The many gods and goddesses they condemned as chaos. What had become the norm for Islam was now made the norm for Christianity: Freedom of speech meant the freedom only to laud it, freedom of inquiry meant the freedom to discover only its glories.

The pressures were less subtle than they had been in the case of Islam, but they were no less potent. Asymmetry was the principle: As in the case of Islam, conversion was held to be, and acted upon as something that was an essential principle of Christianity; but when a person like Swami Vivekananda or Swami Shradhanand argued in favor of taking back into the Hindu fold the converts who wanted to return, they were condemned as persons who were inviting a practice for which there was no warrant in Hinduism!

The viciousness of the distortions and misrepresentations of the missionaries, the virulence of their abuse, the length of time over which they kept up the barrage -- we cannot imagine these today. Swami Vivekananda had to face these at every turn, Gandhiji knew them well.

"If all India stands up", Swami Vivekananda told the Christians in America about this propaganda, "and takes all the mud that is at the bottom of the Indian ocean and throws it up against the western countries, it will not be doing an infinetesimal part of that which you are doing to us..."

"It is not true that I am against any religion," the Swami told the Madras audience on his return from the USA. "It is equally untrue that I am hostile to the Christian missionaries in India.
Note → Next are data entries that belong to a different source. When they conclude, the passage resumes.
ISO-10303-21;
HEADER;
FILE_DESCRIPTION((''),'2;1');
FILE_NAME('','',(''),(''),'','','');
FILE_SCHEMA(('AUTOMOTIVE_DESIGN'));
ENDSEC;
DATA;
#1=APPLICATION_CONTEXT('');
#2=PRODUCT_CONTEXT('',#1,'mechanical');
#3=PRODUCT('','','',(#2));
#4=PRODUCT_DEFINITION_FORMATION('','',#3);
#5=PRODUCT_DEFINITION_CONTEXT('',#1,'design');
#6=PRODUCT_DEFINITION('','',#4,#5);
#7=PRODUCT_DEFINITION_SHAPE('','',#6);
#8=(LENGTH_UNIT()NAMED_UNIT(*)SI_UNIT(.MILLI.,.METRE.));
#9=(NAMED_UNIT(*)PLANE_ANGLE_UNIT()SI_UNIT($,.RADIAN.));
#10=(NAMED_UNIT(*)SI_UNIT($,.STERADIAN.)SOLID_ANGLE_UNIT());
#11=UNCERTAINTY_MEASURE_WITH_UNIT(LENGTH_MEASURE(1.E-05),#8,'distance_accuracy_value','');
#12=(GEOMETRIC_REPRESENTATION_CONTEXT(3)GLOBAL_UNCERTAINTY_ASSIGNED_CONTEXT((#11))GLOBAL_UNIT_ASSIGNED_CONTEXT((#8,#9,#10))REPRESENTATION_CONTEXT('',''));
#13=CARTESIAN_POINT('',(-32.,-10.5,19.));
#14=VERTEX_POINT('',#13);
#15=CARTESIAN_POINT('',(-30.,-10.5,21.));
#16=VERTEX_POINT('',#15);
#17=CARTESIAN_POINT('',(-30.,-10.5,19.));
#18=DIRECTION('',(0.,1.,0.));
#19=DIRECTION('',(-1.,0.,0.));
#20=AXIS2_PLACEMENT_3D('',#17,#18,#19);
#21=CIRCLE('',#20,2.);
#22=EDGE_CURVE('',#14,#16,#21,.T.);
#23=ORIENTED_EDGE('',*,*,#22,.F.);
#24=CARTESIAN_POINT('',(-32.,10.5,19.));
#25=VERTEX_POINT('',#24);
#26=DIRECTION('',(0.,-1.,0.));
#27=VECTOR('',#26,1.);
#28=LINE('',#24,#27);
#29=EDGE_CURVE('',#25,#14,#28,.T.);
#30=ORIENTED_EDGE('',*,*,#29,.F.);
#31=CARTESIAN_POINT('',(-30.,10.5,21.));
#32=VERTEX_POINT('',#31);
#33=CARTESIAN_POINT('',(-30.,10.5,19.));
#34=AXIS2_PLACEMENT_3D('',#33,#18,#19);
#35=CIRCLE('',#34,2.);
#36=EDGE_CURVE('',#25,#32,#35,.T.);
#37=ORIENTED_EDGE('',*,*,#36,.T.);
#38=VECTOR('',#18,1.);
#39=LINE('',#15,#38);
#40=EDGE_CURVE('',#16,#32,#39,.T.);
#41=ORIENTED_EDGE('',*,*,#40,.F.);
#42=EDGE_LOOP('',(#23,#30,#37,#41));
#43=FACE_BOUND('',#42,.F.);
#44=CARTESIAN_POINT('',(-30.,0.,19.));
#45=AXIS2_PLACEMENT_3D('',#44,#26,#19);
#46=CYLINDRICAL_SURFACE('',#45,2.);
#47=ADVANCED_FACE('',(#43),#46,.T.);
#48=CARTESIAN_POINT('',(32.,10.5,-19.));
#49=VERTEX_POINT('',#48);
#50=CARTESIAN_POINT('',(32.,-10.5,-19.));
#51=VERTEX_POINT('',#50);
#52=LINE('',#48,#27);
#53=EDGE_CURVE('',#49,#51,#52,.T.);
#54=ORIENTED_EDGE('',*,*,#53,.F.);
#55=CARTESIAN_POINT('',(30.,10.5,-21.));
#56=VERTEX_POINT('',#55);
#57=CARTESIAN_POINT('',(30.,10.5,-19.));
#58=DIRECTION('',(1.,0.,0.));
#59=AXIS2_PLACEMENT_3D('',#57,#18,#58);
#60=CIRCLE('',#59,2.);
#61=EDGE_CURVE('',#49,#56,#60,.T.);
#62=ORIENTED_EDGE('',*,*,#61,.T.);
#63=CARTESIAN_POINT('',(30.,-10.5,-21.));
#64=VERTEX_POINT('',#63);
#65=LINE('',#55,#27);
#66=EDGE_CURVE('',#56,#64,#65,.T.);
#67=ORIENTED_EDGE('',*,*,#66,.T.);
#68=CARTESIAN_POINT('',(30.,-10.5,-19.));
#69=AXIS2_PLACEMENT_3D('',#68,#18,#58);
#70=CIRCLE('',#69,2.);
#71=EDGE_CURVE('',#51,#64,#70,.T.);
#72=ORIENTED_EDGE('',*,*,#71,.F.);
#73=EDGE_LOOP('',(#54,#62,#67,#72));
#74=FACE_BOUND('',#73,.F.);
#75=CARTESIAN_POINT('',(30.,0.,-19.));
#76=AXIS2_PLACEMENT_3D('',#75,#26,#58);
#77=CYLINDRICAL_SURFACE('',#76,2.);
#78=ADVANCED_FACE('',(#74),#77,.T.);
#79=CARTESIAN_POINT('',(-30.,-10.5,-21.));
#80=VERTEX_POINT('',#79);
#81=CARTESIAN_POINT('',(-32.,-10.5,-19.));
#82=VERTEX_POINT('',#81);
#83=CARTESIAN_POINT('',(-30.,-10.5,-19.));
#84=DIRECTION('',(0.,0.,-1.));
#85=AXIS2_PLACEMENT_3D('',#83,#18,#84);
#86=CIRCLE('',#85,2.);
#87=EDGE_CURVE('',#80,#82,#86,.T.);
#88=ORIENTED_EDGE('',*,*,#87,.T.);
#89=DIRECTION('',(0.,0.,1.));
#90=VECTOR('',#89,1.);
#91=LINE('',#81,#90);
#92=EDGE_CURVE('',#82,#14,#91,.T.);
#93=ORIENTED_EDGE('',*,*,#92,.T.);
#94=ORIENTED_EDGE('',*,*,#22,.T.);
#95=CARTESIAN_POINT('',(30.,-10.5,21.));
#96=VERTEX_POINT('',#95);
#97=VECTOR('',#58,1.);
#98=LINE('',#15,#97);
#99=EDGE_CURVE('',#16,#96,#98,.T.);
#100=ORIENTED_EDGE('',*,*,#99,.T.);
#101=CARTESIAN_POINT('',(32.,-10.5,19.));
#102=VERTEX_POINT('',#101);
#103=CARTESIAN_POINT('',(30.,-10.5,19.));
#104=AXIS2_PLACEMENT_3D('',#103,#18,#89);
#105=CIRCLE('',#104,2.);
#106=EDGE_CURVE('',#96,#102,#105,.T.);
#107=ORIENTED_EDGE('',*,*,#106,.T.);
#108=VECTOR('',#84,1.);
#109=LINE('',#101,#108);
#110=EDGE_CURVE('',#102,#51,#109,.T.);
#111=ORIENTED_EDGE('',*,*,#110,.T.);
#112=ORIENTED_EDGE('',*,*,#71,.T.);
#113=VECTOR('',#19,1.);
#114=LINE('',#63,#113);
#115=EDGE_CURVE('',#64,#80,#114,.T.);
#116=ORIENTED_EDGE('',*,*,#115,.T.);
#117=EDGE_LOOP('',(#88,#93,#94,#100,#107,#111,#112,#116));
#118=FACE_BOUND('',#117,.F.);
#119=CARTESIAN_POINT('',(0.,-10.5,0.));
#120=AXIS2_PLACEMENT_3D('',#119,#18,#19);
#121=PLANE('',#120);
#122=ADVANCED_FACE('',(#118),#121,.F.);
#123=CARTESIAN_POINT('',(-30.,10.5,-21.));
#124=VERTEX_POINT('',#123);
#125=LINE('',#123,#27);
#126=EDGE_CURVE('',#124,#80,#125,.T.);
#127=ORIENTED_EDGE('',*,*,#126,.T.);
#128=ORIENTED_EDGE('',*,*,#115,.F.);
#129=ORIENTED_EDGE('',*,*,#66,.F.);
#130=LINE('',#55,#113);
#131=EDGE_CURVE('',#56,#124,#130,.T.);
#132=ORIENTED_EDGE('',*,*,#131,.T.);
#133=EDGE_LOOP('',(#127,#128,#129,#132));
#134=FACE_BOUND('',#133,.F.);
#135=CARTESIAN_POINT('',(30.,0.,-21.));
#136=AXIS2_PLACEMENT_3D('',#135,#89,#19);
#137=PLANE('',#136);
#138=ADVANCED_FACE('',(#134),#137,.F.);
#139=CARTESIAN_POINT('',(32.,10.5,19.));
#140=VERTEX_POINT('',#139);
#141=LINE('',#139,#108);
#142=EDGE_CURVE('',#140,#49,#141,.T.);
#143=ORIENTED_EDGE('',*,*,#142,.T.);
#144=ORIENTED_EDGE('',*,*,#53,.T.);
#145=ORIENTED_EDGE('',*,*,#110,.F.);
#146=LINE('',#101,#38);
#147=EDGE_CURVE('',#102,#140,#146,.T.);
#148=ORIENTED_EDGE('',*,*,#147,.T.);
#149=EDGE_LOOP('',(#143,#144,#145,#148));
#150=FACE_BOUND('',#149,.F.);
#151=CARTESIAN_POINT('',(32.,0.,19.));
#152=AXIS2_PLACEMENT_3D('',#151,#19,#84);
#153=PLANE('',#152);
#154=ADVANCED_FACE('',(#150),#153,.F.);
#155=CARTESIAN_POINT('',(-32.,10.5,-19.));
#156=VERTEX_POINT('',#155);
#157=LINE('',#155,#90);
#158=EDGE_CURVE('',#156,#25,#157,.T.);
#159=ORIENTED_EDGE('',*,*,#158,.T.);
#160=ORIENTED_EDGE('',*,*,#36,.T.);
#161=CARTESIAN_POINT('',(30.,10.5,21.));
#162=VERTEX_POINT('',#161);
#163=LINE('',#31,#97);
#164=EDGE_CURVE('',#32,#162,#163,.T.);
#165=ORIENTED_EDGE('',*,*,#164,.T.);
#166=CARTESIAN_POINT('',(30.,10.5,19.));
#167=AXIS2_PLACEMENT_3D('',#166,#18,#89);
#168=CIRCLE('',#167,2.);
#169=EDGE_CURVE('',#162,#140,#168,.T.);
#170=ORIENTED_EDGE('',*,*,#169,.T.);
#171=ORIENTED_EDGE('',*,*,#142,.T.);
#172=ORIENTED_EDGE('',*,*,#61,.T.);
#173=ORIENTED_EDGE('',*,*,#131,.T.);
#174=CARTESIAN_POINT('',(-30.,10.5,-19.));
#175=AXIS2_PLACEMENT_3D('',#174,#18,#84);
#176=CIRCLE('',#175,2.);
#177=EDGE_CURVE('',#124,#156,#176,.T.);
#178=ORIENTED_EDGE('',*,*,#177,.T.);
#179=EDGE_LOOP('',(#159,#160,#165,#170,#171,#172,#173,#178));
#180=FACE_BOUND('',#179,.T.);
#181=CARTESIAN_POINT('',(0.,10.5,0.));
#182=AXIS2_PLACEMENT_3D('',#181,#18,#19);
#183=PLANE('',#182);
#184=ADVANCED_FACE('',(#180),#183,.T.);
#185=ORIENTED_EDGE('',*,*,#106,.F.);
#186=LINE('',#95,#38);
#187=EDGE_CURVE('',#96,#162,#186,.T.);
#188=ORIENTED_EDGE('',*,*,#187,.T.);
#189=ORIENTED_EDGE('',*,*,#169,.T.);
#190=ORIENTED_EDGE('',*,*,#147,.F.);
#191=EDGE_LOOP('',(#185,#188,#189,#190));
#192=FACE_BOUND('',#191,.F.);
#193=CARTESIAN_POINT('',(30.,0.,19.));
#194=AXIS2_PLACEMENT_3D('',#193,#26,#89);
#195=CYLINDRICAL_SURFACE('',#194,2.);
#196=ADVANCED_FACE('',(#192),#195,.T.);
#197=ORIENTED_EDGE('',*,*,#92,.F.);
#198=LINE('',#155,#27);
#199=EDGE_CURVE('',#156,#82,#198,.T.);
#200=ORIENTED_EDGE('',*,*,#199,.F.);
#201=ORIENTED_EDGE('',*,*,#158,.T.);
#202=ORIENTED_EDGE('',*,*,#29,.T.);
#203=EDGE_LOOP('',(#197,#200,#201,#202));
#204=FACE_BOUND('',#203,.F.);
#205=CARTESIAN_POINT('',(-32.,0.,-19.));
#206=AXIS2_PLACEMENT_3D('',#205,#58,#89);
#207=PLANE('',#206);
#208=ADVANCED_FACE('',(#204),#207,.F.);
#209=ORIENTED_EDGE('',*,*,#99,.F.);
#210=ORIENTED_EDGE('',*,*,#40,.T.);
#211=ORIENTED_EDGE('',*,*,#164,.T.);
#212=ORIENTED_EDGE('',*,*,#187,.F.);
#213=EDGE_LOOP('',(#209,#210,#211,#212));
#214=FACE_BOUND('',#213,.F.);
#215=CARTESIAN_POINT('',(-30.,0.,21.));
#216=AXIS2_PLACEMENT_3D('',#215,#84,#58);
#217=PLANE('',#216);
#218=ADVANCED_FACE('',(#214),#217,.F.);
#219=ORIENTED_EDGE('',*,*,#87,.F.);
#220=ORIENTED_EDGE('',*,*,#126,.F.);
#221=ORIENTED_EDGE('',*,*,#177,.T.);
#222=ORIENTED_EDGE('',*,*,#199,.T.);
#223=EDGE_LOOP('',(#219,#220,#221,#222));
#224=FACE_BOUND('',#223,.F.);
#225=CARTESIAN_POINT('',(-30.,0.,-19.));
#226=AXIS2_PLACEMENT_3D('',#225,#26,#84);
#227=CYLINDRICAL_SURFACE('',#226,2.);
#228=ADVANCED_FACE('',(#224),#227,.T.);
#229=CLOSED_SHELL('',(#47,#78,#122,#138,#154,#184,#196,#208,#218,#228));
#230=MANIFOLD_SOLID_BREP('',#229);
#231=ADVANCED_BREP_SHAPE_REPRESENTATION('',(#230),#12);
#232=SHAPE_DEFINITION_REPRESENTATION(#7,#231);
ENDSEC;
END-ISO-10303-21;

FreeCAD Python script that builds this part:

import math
import FreeCAD as App
import Part
import Sketcher

V = App.Vector
Q = App.Units.Quantity

doc = App.newDocument("Part")
body = doc.addObject("PartDesign::Body", "Body")

# Sketch on XZ plane
sketch1 = body.newObject("Sketcher::SketchObject", "Sketch")
sketch1.AttachmentSupport = (doc.getObject("XZ_Plane"), [""])
sketch1.MapMode = "FlatFace"
sketch1.addGeometry([
    Part.ArcOfCircle(Part.Circle(V(-30, 19, 0), V(0, 0, 1), 2), math.radians(90), math.radians(180)),  # 0
    Part.LineSegment(V(-30, 21, 0), V(30, 21, 0)),  # 1
    Part.ArcOfCircle(Part.Circle(V(30, 19, 0), V(0, 0, 1), 2), math.radians(0), math.radians(90)),  # 2
    Part.LineSegment(V(32, 19, 0), V(32, -19, 0)),  # 3
    Part.ArcOfCircle(Part.Circle(V(30, -19, 0), V(0, 0, 1), 2), math.radians(-90), math.radians(0)),  # 4
    Part.LineSegment(V(30, -21, 0), V(-30, -21, 0)),  # 5
    Part.ArcOfCircle(Part.Circle(V(-30, -19, 0), V(0, 0, 1), 2), math.radians(180), math.radians(270)),  # 6
    Part.LineSegment(V(-32, -19, 0), V(-32, 19, 0)),  # 7
], False)
sketch1.addConstraint([
    Sketcher.Constraint("Tangent", 0, 1, 1, 1),
    Sketcher.Constraint("Tangent", 1, 2, 2, 2),
    Sketcher.Constraint("Tangent", 2, 1, 3, 1),
    Sketcher.Constraint("Tangent", 3, 2, 4, 2),
    Sketcher.Constraint("Tangent", 4, 1, 5, 1),
    Sketcher.Constraint("Tangent", 5, 2, 6, 2),
    Sketcher.Constraint("Tangent", 6, 1, 7, 1),
    Sketcher.Constraint("Tangent", 7, 2, 0, 2),
    Sketcher.Constraint("Horizontal", 1),
    Sketcher.Constraint("Vertical", 3),
    Sketcher.Constraint("Horizontal", 5),
    Sketcher.Constraint("Vertical", 7),
    Sketcher.Constraint("Equal", 0, 2),
    Sketcher.Constraint("Equal", 2, 4),
    Sketcher.Constraint("Equal", 4, 6),
    Sketcher.Constraint("Symmetric", 0, 3, 4, 3, -1, 1),
    Sketcher.Constraint("Radius", 0, Q("2 mm")),
    Sketcher.Constraint("DistanceY", 4, 1, 1, 2, Q("42 mm")),
    Sketcher.Constraint("DistanceX", 1, 1, 1, 2, Q("60 mm")),
])
pad1 = body.newObject("PartDesign::Pad", "Pad")
pad1.Profile = sketch1
pad1.Length = 21
pad1.Midplane = True

doc.recompute()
But I protest against certain of their methods of raising money in America."

"What is meant by those pictures in the school-books for children where Hindu mother is painted as throwing her children to the crocodiles in the Ganga? The mother is black, but the baby is painted white, to arouse more sympathy, and get more money. What is meant by those pictures which paint a man burning his wife at a stake with his own hands, so that she may become a ghost and torment the husband's enemy?"

"What is meant by the pictures of huge cars crushing over human beings? The other day a book was published for children in this country (America), where one of these gentlemen tells a narrative of his visit to Calcutta. He says he saw a car running over fanatics in the streets of Calcutta."

"I have heard one of these gentlemen preach in Memphis that in every village of India there is a pond full of the bones of little babies."

"What have Hindus done to these disciples of Christ that every Christian child is taught to call the Hindus 'vile', and 'wretches', and the most horrible devils on earth? Part of the Sunday School education for children here consists in teaching them to hate everybody who is not a Christian, and the Hindus especially, so that, from their very childhood they may subscribe their pennies to the mission..."

That is Swami Vivekananda talking about missionary propaganda a 100 years ago. And here is what Ram Swarup reads in a recent pronouncement of the Texas- based Gospel for Asia: "The Indian sub-continent with one billion people, is a living example of what happens when Satan rules the entire culture... India is one vast purgatory in which millions of people... are literally living a cosmic lie!"

"Could Satan have devised a more perfect system for causing misery?"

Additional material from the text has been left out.